Jeremy Ho edited this page Oct 13, 2023 · 3 revisions

It is possible to directly modify the contents of a COMS-managed S3 bucket without going through COMS itself, as long as the user has the correct S3 bucket credentials.

However, as there is no mechanism for S3 to directly notify COMS of any changes, this can lead to a discrepancy between what's actually in the S3 bucket and what COMS thinks is in the bucket.

To avoid this, COMS can be told to synchronize a bucket, where it looks at a S3 bucket it manages and updates the entries in its database, matching what's actually in the bucket.

The synchronization process

Clients can trigger the sync process through a set of dedicated API endpoints.

When these endpoints are called, COMS checks both the S3 bucket and its database for a list of objects in the bucket, merges them into a single list without duplicates, and enqueues each resulting object (or job) into a shared queue in the COMS database, before returning the number of objects enqueued.

The actual synchronization is handled by a separate sync service, which polls the database queue for new jobs every 10 seconds. Once a job is picked up, it compares the corresponding object's state in both S3 and COMS; in particular, it looks at whether it exists in either S3 or COMS (that is, whether it's a new or deleted file), as well as its tags and metadata, and updates the database accordingly.

COMS sync flow Figure 1 - an illustration of the sync process

The queueManager service

The actual sync work is performed by the queueManager (labeled "Sync service" in the sequence diagram above), which is on a thread separate from the COMS API.

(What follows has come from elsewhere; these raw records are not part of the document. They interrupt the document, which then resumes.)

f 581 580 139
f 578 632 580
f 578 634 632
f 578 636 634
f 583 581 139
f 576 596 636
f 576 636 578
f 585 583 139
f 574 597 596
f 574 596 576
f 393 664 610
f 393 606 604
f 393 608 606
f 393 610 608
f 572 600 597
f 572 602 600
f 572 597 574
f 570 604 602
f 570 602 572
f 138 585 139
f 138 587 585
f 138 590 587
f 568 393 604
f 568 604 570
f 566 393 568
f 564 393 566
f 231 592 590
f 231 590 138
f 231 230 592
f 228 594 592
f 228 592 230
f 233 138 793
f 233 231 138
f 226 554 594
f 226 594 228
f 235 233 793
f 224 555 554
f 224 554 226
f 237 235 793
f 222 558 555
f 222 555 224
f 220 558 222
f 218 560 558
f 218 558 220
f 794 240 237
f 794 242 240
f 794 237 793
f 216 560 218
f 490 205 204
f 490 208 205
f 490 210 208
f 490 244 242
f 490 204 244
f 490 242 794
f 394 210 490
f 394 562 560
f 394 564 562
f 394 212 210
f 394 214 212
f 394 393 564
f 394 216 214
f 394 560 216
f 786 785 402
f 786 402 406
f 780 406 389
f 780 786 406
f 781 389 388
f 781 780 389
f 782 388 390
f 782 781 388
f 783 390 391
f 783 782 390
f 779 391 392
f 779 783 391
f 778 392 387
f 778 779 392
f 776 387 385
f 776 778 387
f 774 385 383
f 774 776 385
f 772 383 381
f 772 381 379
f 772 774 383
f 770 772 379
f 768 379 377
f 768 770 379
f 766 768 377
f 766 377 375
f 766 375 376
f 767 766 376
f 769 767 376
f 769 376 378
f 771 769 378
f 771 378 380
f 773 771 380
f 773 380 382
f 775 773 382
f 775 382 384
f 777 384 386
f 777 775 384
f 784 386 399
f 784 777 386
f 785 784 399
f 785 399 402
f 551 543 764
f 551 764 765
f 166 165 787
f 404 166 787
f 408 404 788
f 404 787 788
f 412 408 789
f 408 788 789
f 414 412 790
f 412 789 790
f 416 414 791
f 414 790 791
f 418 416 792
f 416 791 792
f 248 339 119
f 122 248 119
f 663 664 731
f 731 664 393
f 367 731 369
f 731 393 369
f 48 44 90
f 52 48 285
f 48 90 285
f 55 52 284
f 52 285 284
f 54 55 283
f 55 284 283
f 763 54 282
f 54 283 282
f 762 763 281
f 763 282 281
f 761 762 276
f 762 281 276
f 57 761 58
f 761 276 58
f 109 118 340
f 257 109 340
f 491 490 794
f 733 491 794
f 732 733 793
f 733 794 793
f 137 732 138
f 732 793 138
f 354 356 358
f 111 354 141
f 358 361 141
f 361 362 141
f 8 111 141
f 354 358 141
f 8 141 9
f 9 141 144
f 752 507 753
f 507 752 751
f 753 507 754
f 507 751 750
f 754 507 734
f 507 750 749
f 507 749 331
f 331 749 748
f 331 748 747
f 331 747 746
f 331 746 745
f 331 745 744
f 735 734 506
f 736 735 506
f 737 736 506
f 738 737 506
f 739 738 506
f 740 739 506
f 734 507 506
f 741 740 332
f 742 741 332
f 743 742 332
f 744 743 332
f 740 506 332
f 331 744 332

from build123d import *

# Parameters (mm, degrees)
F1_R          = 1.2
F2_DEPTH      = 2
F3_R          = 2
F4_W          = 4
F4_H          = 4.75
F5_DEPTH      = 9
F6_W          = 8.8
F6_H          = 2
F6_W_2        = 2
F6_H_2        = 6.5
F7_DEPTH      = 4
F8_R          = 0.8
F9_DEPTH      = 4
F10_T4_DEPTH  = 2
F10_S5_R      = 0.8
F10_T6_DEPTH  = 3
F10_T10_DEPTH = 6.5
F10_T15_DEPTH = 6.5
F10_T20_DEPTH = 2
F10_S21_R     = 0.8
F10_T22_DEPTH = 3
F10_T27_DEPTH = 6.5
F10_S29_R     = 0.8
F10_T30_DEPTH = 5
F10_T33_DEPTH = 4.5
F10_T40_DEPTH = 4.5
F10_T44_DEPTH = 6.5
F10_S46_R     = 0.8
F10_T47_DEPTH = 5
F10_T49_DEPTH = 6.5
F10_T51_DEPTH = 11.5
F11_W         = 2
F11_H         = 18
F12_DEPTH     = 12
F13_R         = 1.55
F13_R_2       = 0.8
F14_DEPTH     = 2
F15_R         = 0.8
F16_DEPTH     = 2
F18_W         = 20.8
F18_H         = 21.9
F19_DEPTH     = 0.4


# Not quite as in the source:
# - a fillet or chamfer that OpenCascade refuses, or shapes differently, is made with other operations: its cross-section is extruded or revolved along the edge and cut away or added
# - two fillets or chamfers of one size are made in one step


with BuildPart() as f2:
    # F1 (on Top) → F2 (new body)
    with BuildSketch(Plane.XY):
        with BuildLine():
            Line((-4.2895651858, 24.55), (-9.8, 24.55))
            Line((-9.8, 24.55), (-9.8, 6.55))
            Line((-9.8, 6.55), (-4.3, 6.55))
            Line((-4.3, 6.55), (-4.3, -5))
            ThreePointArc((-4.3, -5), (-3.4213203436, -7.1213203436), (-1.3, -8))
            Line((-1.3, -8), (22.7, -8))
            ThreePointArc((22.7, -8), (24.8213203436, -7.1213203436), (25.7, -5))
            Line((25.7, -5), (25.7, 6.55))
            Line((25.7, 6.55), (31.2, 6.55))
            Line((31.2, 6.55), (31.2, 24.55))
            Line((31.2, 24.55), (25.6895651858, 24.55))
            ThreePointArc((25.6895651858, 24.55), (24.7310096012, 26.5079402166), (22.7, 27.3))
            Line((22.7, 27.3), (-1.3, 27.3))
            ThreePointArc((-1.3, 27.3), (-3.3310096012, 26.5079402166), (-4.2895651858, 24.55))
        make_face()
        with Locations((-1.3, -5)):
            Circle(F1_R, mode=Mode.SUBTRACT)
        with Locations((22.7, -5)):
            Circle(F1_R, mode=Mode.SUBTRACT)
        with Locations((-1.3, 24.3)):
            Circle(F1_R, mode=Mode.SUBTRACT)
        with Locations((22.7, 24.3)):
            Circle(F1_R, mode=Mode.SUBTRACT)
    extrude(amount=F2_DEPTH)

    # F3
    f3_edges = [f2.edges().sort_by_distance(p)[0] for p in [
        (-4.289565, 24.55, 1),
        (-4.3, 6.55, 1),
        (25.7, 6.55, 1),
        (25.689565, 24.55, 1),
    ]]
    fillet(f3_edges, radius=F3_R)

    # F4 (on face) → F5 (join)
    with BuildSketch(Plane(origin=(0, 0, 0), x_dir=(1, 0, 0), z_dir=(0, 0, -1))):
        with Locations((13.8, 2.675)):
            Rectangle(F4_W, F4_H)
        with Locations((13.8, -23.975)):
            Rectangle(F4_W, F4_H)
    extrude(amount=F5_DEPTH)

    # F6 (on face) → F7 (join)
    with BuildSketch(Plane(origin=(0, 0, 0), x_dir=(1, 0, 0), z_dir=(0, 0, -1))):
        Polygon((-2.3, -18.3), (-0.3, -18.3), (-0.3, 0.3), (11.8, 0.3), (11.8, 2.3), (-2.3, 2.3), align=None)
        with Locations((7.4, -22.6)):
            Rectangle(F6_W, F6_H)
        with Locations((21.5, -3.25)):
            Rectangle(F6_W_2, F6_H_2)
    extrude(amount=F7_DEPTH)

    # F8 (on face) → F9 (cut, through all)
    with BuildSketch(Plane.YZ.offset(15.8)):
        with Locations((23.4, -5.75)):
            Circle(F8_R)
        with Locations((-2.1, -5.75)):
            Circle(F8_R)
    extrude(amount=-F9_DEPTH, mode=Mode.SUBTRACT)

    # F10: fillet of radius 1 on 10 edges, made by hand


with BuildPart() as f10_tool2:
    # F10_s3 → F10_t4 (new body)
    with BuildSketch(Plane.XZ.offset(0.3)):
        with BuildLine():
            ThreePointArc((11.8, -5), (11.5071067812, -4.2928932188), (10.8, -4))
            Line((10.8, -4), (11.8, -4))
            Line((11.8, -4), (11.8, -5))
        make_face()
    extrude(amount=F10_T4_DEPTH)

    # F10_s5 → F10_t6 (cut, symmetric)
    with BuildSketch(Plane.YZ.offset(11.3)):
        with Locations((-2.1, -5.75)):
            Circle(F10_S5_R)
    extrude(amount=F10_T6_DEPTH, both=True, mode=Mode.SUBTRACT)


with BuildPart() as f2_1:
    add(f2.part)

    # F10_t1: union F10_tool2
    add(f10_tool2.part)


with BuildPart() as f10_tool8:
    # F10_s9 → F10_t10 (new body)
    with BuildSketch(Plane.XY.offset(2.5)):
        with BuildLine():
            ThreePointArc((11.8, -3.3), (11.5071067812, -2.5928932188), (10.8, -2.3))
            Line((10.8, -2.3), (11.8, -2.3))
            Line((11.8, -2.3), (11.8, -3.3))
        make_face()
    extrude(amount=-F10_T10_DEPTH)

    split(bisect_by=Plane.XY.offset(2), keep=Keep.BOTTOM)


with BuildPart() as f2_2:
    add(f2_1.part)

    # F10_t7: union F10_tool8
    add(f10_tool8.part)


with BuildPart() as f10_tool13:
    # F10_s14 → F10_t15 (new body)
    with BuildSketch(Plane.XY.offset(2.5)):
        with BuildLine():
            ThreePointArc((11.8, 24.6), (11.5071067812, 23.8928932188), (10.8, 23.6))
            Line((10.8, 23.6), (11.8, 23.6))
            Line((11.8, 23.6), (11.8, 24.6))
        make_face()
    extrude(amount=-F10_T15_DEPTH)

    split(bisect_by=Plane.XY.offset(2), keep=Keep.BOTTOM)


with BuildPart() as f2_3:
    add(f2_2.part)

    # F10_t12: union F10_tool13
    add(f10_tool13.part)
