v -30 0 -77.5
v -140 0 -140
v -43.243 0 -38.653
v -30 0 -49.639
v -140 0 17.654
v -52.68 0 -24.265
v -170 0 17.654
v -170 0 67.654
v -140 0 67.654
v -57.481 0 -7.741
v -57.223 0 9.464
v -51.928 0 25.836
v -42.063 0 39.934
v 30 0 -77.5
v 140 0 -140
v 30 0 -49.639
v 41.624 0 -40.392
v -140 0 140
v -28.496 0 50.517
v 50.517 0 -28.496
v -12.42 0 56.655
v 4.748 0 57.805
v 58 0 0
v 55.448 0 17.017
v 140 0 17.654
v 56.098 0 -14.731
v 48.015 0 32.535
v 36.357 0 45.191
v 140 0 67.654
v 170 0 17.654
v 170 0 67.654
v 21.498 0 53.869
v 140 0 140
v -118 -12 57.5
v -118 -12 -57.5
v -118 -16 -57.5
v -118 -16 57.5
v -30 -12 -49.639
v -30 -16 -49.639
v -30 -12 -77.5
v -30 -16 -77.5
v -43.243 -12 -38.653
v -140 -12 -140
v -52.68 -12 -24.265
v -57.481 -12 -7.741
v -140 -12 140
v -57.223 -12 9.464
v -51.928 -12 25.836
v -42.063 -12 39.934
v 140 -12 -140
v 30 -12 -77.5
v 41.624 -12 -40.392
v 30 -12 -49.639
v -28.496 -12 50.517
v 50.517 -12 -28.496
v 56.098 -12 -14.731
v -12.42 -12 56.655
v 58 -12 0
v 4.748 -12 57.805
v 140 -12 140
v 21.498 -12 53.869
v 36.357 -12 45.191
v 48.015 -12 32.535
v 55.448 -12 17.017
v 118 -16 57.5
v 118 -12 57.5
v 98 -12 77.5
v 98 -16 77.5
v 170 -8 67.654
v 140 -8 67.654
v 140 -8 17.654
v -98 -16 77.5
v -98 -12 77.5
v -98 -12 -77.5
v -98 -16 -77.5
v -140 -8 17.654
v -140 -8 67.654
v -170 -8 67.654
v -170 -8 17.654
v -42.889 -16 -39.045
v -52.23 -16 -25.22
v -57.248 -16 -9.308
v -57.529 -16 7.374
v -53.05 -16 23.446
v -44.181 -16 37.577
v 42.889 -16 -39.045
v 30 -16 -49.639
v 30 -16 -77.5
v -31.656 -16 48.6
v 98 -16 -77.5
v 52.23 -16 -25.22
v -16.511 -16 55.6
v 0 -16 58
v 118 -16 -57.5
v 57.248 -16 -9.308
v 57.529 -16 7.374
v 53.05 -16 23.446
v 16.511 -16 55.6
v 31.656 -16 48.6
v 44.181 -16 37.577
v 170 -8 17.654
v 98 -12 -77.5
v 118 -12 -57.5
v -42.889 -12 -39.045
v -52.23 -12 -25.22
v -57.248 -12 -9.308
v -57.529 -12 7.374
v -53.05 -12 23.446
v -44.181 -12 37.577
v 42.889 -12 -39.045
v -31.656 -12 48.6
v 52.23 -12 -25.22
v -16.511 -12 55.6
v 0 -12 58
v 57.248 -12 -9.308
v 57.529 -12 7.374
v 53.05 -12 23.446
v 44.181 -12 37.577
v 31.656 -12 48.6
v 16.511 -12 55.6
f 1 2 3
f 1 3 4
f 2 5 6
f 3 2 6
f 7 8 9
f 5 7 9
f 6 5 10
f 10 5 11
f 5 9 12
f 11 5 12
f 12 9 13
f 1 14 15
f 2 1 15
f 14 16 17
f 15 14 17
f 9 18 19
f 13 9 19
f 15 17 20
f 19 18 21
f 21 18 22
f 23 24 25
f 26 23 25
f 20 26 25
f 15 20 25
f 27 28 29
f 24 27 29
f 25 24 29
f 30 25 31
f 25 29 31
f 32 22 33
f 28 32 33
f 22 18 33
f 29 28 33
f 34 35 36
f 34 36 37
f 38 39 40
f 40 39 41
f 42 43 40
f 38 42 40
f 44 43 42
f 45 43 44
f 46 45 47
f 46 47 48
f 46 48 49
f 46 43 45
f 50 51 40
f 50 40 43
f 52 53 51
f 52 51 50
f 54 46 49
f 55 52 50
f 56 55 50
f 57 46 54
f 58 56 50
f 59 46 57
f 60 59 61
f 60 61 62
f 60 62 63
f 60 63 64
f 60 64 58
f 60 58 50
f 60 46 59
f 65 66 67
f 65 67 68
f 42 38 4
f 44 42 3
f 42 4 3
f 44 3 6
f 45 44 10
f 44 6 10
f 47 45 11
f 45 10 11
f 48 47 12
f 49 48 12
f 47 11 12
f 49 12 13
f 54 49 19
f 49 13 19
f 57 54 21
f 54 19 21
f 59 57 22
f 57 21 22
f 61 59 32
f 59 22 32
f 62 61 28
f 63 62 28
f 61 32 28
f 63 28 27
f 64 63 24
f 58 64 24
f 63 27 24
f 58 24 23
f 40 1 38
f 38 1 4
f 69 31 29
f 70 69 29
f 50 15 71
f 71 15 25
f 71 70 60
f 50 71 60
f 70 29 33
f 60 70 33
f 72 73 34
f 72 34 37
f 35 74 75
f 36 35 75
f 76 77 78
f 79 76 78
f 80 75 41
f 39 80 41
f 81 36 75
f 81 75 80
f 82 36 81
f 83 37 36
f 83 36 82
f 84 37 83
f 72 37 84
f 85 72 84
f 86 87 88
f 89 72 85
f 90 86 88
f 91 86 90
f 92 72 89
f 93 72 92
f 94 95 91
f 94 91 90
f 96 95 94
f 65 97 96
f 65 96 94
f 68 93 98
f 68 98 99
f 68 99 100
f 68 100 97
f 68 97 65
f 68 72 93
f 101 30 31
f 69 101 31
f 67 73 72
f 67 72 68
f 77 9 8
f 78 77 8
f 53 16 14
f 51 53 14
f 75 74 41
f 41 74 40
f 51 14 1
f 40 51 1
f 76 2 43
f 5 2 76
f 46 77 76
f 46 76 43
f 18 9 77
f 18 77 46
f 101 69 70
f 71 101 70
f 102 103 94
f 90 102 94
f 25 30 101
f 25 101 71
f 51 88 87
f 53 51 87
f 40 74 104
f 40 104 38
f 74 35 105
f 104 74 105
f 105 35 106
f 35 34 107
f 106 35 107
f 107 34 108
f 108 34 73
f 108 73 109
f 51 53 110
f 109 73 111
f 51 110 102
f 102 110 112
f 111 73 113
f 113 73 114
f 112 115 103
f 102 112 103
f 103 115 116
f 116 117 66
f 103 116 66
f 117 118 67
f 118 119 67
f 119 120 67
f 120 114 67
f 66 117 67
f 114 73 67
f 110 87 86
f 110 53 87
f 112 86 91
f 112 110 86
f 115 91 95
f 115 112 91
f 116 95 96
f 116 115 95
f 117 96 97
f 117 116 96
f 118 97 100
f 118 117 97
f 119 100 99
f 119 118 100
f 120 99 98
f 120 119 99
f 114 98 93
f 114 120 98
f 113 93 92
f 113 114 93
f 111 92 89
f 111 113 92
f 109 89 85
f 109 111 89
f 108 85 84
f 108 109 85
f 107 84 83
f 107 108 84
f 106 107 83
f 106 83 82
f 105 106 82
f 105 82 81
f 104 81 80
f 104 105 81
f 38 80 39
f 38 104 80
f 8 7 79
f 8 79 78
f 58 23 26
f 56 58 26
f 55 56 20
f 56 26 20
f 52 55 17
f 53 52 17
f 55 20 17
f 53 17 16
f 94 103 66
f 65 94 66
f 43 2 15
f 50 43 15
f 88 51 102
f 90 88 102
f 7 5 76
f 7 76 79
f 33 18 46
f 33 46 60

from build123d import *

# Parameters (mm, degrees)
F0_W     = 280
F0_H     = 280
F1_DEPTH = 12
F2_W     = 236
F2_H     = 155
F2_R     = 58
F3_DEPTH = 4
F4_SIZE  = 20
F5_W     = 30
F5_H     = 50
F6_DEPTH = 8
F8_DEPTH = 16.001
F9_DEPTH = 449


# Not quite as in the source:
# - an extrude ends at something that could not be found from the text; its depth is read off the source's solid


with BuildPart() as f1:
    # F0 (on Front) → F1 (new body)
    with BuildSketch(Plane.XZ):
        Rectangle(F0_W, F0_H)
        with BuildLine():
            ThreePointArc((-30, -49.638694584), (-28.4956136976, 50.5173237613), (58, 0))
            ThreePointArc((58, 0), (50.5173237613, -28.4956136976), (30, -49.638694584))
            Line((30, -49.638694584), (30, -77.5))
            Line((30, -77.5), (-30, -77.5))
            Line((-30, -77.5), (-30, -49.638694584))
        make_face(mode=Mode.SUBTRACT)
    extrude(amount=F1_DEPTH)

    # F5 (on face) → F6 (join)
    with BuildSketch(Plane(origin=(0, 0, 0), x_dir=(-1, 0, 0), z_dir=(0, 1, 0))):
        with Locations((-155, 42.6539830863)):
            Rectangle(F5_W, F5_H)
        with Locations((155, 42.6539830863)):
            Rectangle(F5_W, F5_H)
    extrude(amount=-F6_DEPTH)

    # F0 (on Front) → F9 (cut, through all)
    with BuildSketch(Plane.XZ):
        with BuildLine():
            ThreePointArc((30, -49.638694584), (0, -58), (-30, -49.638694584))
            Line((-30, -49.638694584), (-30, -77.5))
            Line((-30, -77.5), (30, -77.5))
            Line((30, -77.5), (30, -49.638694584))
        make_face()
    extrude(amount=-F9_DEPTH, mode=Mode.SUBTRACT)


with BuildPart() as f3:
    # F2 (on face) → F3 (new body)
    with BuildSketch(Plane.XZ.offset(12)):
        Rectangle(F2_W, F2_H)
        Circle(F2_R, mode=Mode.SUBTRACT)
    extrude(amount=F3_DEPTH)

    # F4
    f4_edges = [f3.edges().sort_by_distance(p)[0] for p in [
        (118, -14, -77.5),
        (-118, -14, -77.5),
        (118, -14, 77.5),
        (-118, -14, 77.5),
    ]]
    chamfer(f4_edges, length=F4_SIZE)

    # F7 (on face) → F8 (cut, through all)
    with BuildSketch(Plane.XZ.offset(16)):
        with BuildLine():
            ThreePointArc((30, -49.638694584), (0, -58), (-30, -49.638694584))
            Line((-30, -49.638694584), (-30, -77.5))
            Line((-30, -77.5), (30, -77.5))
            Line((30, -77.5), (30, -49.638694584))
        make_face()
    extrude(amount=-F8_DEPTH, mode=Mode.SUBTRACT)


solid = Compound([f1.part, f3.part])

Every 10 seconds, it polls the queue, which is implemented as a database table named object_queue. If the queue is empty, it goes back to waiting for another ten seconds.

If the queue is not empty, it grabs a job from it, and performs the sync process on the associated file. Once it completes that process, it checks the queue for another job to process. If the queue is empty, it goes back to waiting for another 10 seconds before polling the queue again.

queueManager state Figure 2 - an illustration of queueManager's possible states, as it polls the queue and performs sync jobs.